Collected data entries:

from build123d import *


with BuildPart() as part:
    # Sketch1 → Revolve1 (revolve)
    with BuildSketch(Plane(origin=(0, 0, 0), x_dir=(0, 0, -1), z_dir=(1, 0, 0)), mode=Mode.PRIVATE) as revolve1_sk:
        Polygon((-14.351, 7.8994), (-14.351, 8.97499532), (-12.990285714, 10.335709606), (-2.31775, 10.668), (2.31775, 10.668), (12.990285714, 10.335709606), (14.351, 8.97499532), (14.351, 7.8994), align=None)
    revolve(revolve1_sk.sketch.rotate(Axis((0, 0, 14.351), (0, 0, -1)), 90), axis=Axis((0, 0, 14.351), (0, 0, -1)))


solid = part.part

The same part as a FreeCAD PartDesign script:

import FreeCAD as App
import Part
import Sketcher
Q = App.Units.Quantity

doc = App.newDocument("Part")
body = doc.addObject("PartDesign::Body", "Body")

# Sketch on YZ plane
sketch1 = body.newObject("Sketcher::SketchObject", "Sketch")
sketch1.AttachmentSupport = (doc.getObject("YZ_Plane"), [""])
sketch1.MapMode = "FlatFace"
sketch1.addGeometry(Part.LineSegment(App.Vector(9, 14.4, 0), App.Vector(7.9, 14.4, 0)), False)
sketch1.addGeometry(Part.LineSegment(App.Vector(7.9, 14.4, 0), App.Vector(7.9, -14.4, 0)), False)
sketch1.addGeometry(Part.LineSegment(App.Vector(7.9, -14.4, 0), App.Vector(9, -14.4, 0)), False)
sketch1.addGeometry(Part.LineSegment(App.Vector(9, -14.4, 0), App.Vector(10.3, -13, 0)), False)
sketch1.addGeometry(Part.LineSegment(App.Vector(10.3, -13, 0), App.Vector(10.7, -2.3, 0)), False)
sketch1.addGeometry(Part.LineSegment(App.Vector(10.7, -2.3, 0), App.Vector(10.7, 2.3, 0)), False)
sketch1.addGeometry(Part.LineSegment(App.Vector(10.7, 2.3, 0), App.Vector(10.3, 13, 0)), False)
sketch1.addGeometry(Part.LineSegment(App.Vector(10.3, 13, 0), App.Vector(9, 14.4, 0)), False)
sketch1.addConstraint(Sketcher.Constraint("Coincident", 0, 2, 1, 1))
sketch1.addConstraint(Sketcher.Constraint("Coincident", 1, 2, 2, 1))
sketch1.addConstraint(Sketcher.Constraint("Coincident", 2, 2, 3, 1))
sketch1.addConstraint(Sketcher.Constraint("Coincident", 3, 2, 4, 1))
sketch1.addConstraint(Sketcher.Constraint("Coincident", 4, 2, 5, 1))
sketch1.addConstraint(Sketcher.Constraint("Coincident", 5, 2, 6, 1))
sketch1.addConstraint(Sketcher.Constraint("Coincident", 6, 2, 7, 1))
sketch1.addConstraint(Sketcher.Constraint("Coincident", 7, 2, 0, 1))
sketch1.addConstraint(Sketcher.Constraint("Horizontal", 0))
sketch1.addConstraint(Sketcher.Constraint("Vertical", 1))
sketch1.addConstraint(Sketcher.Constraint("Horizontal", 2))
sketch1.addConstraint(Sketcher.Constraint("Vertical", 5))
sketch1.addConstraint(Sketcher.Constraint("Symmetric", 3, 2, 6, 2, -1))
sketch1.addConstraint(Sketcher.Constraint("Symmetric", 2, 2, 7, 2, -1))
sketch1.addConstraint(Sketcher.Constraint("Perpendicular", 3, 7))
sketch1.addConstraint(Sketcher.Constraint("Equal", 4, 6))
sketch1.addConstraint(Sketcher.Constraint("DistanceY", 1, 2, 1, 1, Q("1.13 in")))
sketch1.addConstraint(Sketcher.Constraint("DistanceX", -1, 1, 4, 2, Q("0.42 in")))
sketch1.addConstraint(Sketcher.Constraint("DistanceY", 5, 1, 5, 2, Q("0.1825 in")))
sketch1.addConstraint(Sketcher.Constraint("DistanceX", -1, 1, 0, 2, Q("0.311 in")))
sketch1.addConstraint(Sketcher.Constraint("Distance", 3, 1.924341))
sketch1.addConstraint(Sketcher.Constraint("DistanceX", 0, 2, 0, 1, 1.075595))
revolution = body.newObject("PartDesign::Revolution", "Revolution")
revolution.Profile = sketch1
revolution.ReferenceAxis = (sketch1, ["V_Axis"])
revolution.Angle = 360

doc.recompute()
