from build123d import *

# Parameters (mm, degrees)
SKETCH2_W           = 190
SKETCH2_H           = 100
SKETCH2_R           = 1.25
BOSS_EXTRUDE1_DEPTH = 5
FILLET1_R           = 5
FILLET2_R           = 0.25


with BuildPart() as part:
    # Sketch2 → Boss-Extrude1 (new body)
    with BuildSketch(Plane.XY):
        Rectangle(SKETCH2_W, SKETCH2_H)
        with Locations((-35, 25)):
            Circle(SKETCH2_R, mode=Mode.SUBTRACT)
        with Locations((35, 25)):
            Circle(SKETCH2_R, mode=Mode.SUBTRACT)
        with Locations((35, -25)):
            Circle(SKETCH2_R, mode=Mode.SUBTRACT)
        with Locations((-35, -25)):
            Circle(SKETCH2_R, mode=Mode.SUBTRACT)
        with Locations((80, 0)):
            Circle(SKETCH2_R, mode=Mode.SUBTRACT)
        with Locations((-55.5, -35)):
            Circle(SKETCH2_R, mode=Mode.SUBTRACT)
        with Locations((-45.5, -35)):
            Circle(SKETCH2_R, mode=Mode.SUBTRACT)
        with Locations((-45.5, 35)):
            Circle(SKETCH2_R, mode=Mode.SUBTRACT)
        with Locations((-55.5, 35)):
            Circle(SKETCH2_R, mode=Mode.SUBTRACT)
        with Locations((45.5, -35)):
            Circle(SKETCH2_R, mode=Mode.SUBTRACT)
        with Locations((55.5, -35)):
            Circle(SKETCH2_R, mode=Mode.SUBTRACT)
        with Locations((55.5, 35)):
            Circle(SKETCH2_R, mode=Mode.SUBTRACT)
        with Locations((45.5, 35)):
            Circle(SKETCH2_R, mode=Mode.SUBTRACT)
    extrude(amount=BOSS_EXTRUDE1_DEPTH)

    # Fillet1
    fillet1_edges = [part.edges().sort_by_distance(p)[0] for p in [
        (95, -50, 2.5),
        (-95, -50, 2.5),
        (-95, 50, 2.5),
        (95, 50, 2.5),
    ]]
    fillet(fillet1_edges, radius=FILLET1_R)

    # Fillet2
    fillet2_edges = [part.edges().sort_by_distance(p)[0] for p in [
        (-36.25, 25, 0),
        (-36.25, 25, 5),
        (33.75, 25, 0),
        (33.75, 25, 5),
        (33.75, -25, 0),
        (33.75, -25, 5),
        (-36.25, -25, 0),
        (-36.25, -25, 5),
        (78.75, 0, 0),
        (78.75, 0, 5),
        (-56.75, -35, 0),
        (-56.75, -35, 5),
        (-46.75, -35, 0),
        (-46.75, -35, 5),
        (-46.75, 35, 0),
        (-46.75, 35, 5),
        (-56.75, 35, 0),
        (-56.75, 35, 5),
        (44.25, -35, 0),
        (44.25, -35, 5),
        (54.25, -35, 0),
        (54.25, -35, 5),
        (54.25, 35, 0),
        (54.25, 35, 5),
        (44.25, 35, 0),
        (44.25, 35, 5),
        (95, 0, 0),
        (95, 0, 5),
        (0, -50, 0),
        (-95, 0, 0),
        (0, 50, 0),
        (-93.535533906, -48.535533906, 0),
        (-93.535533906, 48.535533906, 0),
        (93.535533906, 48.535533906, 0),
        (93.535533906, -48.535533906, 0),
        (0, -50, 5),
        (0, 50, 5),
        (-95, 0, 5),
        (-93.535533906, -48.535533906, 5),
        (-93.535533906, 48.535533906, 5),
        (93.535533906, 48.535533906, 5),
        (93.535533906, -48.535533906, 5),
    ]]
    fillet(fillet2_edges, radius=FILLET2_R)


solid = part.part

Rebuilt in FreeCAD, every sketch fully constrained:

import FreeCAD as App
import Part
import Sketcher


def edges_at(feature, points):
    """Names of the edges that pass closest to the given points."""
    edges = feature.Shape.Edges
    near = lambda p: min(range(len(edges)), key=lambda i: edges[i].distToShape(Part.Vertex(*p))[0])
    return sorted({f"Edge{near(p) + 1}" for p in points})

doc = App.newDocument("Part")
body = doc.addObject("PartDesign::Body", "Body")

# Sketch on XY plane
sketch1 = body.newObject("Sketcher::SketchObject", "Sketch")
sketch1.AttachmentSupport = (doc.getObject("XY_Plane"), [""])
sketch1.MapMode = "FlatFace"
sketch1.addGeometry([
    Part.LineSegment(App.Vector(-95, 50, 0), App.Vector(-95, -50, 0)),  # 0
    Part.LineSegment(App.Vector(-95, -50, 0), App.Vector(95, -50, 0)),  # 1
    Part.LineSegment(App.Vector(95, -50, 0), App.Vector(95, 50, 0)),  # 2
    Part.LineSegment(App.Vector(95, 50, 0), App.Vector(-95, 50, 0)),  # 3
    Part.Circle(App.Vector(-55.5, -35, 0), App.Vector(0, 0, 1), 1.2),  # 4
    Part.Circle(App.Vector(-45.5, -35, 0), App.Vector(0, 0, 1), 1.2),  # 5
    Part.Circle(App.Vector(-35, -25, 0), App.Vector(0, 0, 1), 1.2),  # 6
    Part.Circle(App.Vector(45.5, -35, 0), App.Vector(0, 0, 1), 1.2),  # 7
    Part.Circle(App.Vector(35, -25, 0), App.Vector(0, 0, 1), 1.2),  # 8
    Part.Circle(App.Vector(55.5, -35, 0), App.Vector(0, 0, 1), 1.2),  # 9
    Part.Circle(App.Vector(-35, 25, 0), App.Vector(0, 0, 1), 1.2),  # 10
    Part.Circle(App.Vector(-55.5, 35, 0), App.Vector(0, 0, 1), 1.2),  # 11
    Part.Circle(App.Vector(-45.5, 35, 0), App.Vector(0, 0, 1), 1.2),  # 12
    Part.Circle(App.Vector(80, 0, 0), App.Vector(0, 0, 1), 1.2),  # 13
    Part.Circle(App.Vector(35, 25, 0), App.Vector(0, 0, 1), 1.2),  # 14
    Part.Circle(App.Vector(45.5, 35, 0), App.Vector(0, 0, 1), 1.2),  # 15
    Part.Circle(App.Vector(55.5, 35, 0), App.Vector(0, 0, 1), 1.2),  # 16
], False)
sketch1.addConstraint([
    Sketcher.Constraint("Coincident", 0, 2, 1, 1),
    Sketcher.Constraint("Coincident", 1, 2, 2, 1),
    Sketcher.Constraint("Coincident", 2, 2, 3, 1),
    Sketcher.Constraint("Coincident", 3, 2, 0, 1),
    Sketcher.Constraint("Vertical", 0),
    Sketcher.Constraint("Horizontal", 1),
    Sketcher.Constraint("Vertical", 2),
    Sketcher.Constraint("Horizontal", 3),
    Sketcher.Constraint("Equal", 4, 5),
    Sketcher.Constraint("Equal", 5, 6),
    Sketcher.Constraint("Equal", 6, 7),
    Sketcher.Constraint("Equal", 7, 8),
    Sketcher.Constraint("Equal", 8, 9),
    Sketcher.Constraint("Equal", 9, 10),
    Sketcher.Constraint("Equal", 10, 11),
    Sketcher.Constraint("Equal", 11, 12),
    Sketcher.Constraint("Equal", 12, 13),
    Sketcher.Constraint("Equal", 13, 14),
    Sketcher.Constraint("Equal", 14, 15),
    Sketcher.Constraint("Equal", 15, 16),
    Sketcher.Constraint("Symmetric", 8, 3, 10, 3, -1, 1),
    Sketcher.Constraint("Symmetric", 9, 3, 11, 3, -1, 1),
    Sketcher.Constraint("Symmetric", 7, 3, 12, 3, -1, 1),
    Sketcher.Constraint("Symmetric", 6, 3, 14, 3, -1, 1),
    Sketcher.Constraint("Symmetric", 5, 3, 15, 3, -1, 1),
    Sketcher.Constraint("Symmetric", 4, 3, 16, 3, -1, 1),
    Sketcher.Constraint("Symmetric", 0, 2, 2, 2, -1, 1),
    Sketcher.Constraint("Symmetric", 5, 3, 7, 3, -2),
    Sketcher.Constraint("Symmetric", 6, 3, 8, 3, -2),
    Sketcher.Constraint("Symmetric", 4, 3, 9, 3, -2),
    Sketcher.Constraint("PointOnObject", 13, 3, -1),
    Sketcher.Constraint("Horizontal", 4, 3, 5, 3),
    Sketcher.Constraint("Diameter", 4, 2.5),
    Sketcher.Constraint("DistanceX", 1, 1, 1, 2, 190.0),
    Sketcher.Constraint("DistanceY", 0, 2, 0, 1, 100.0),
    Sketcher.Constraint("DistanceY", 4, 3, -1, 1, 35.0),
    Sketcher.Constraint("DistanceX", 6, 3, -1, 1, 35.0),
    Sketcher.Constraint("DistanceY", 6, 3, -1, 1, 25.0),
    Sketcher.Constraint("DistanceX", -1, 1, 13, 3, 80.0),
    Sketcher.Constraint("DistanceX", 4, 3, 5, 3, 10.0),
    Sketcher.Constraint("DistanceX", 5, 3, 7, 3, 91.0),
])
pad1 = body.newObject("PartDesign::Pad", "Pad")
pad1.Profile = sketch1
pad1.Length = 5
doc.recompute()

fillet = body.newObject("PartDesign::Fillet", "Fillet")
fillet.Base = (pad1, edges_at(pad1, [
    (95, -50, 2.5),
    (-95, -50, 2.5),
    (-95, 50, 2.5),
    (95, 50, 2.5),
]))
fillet.Radius = 5
doc.recompute()

fillet2 = body.newObject("PartDesign::Fillet", "Fillet001")
fillet2.Base = (fillet, edges_at(fillet, [
    (-36.25, 25, 0),
    (-36.25, 25, 5),
    (33.75, 25, 0),
    (33.75, 25, 5),
    (33.75, -25, 0),
    (33.75, -25, 5),
    (-36.25, -25, 0),
    (-36.25, -25, 5),
    (78.75, 0, 0),
    (78.75, 0, 5),
    (-56.75, -35, 0),
    (-56.75, -35, 5),
    (-46.75, -35, 0),
    (-46.75, -35, 5),
    (-46.75, 35, 0),
    (-46.75, 35, 5),
    (-56.75, 35, 0),
    (-56.75, 35, 5),
    (44.25, -35, 0),
    (44.25, -35, 5),
    (54.25, -35, 0),
    (54.25, -35, 5),
    (54.25, 35, 0),
    (54.25, 35, 5),
    (44.25, 35, 0),
    (44.25, 35, 5),
    (95, 0, 0),
    (95, 0, 5),
    (0, -50, 0),
    (-95, 0, 0),
    (0, 50, 0),
    (-93.536, -48.536, 0),
    (-93.536, 48.536, 0),
    (93.536, 48.536, 0),
    (93.536, -48.536, 0),
    (0, -50, 5),
    (0, 50, 5),
    (-95, 0, 5),
    (-93.536, -48.536, 5),
    (-93.536, 48.536, 5),
    (93.536, 48.536, 5),
    (93.536, -48.536, 5),
]))
fillet2.Radius = 0.25

doc.recompute()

Aim of the task
Your answer should be the lines above, from the line containing "14.351), (0, 0, -1)))" up to and including the line containing "The same part", reproduced exactly and with nothing else.

Result of the exercise
    revolve(revolve1_sk.sketch.rotate(Axis((0, 0, 14.351), (0, 0, -1)), 90), axis=Axis((0, 0, 14.351), (0, 0, -1)))


solid = part.part

The same part as a FreeCAD PartDesign script:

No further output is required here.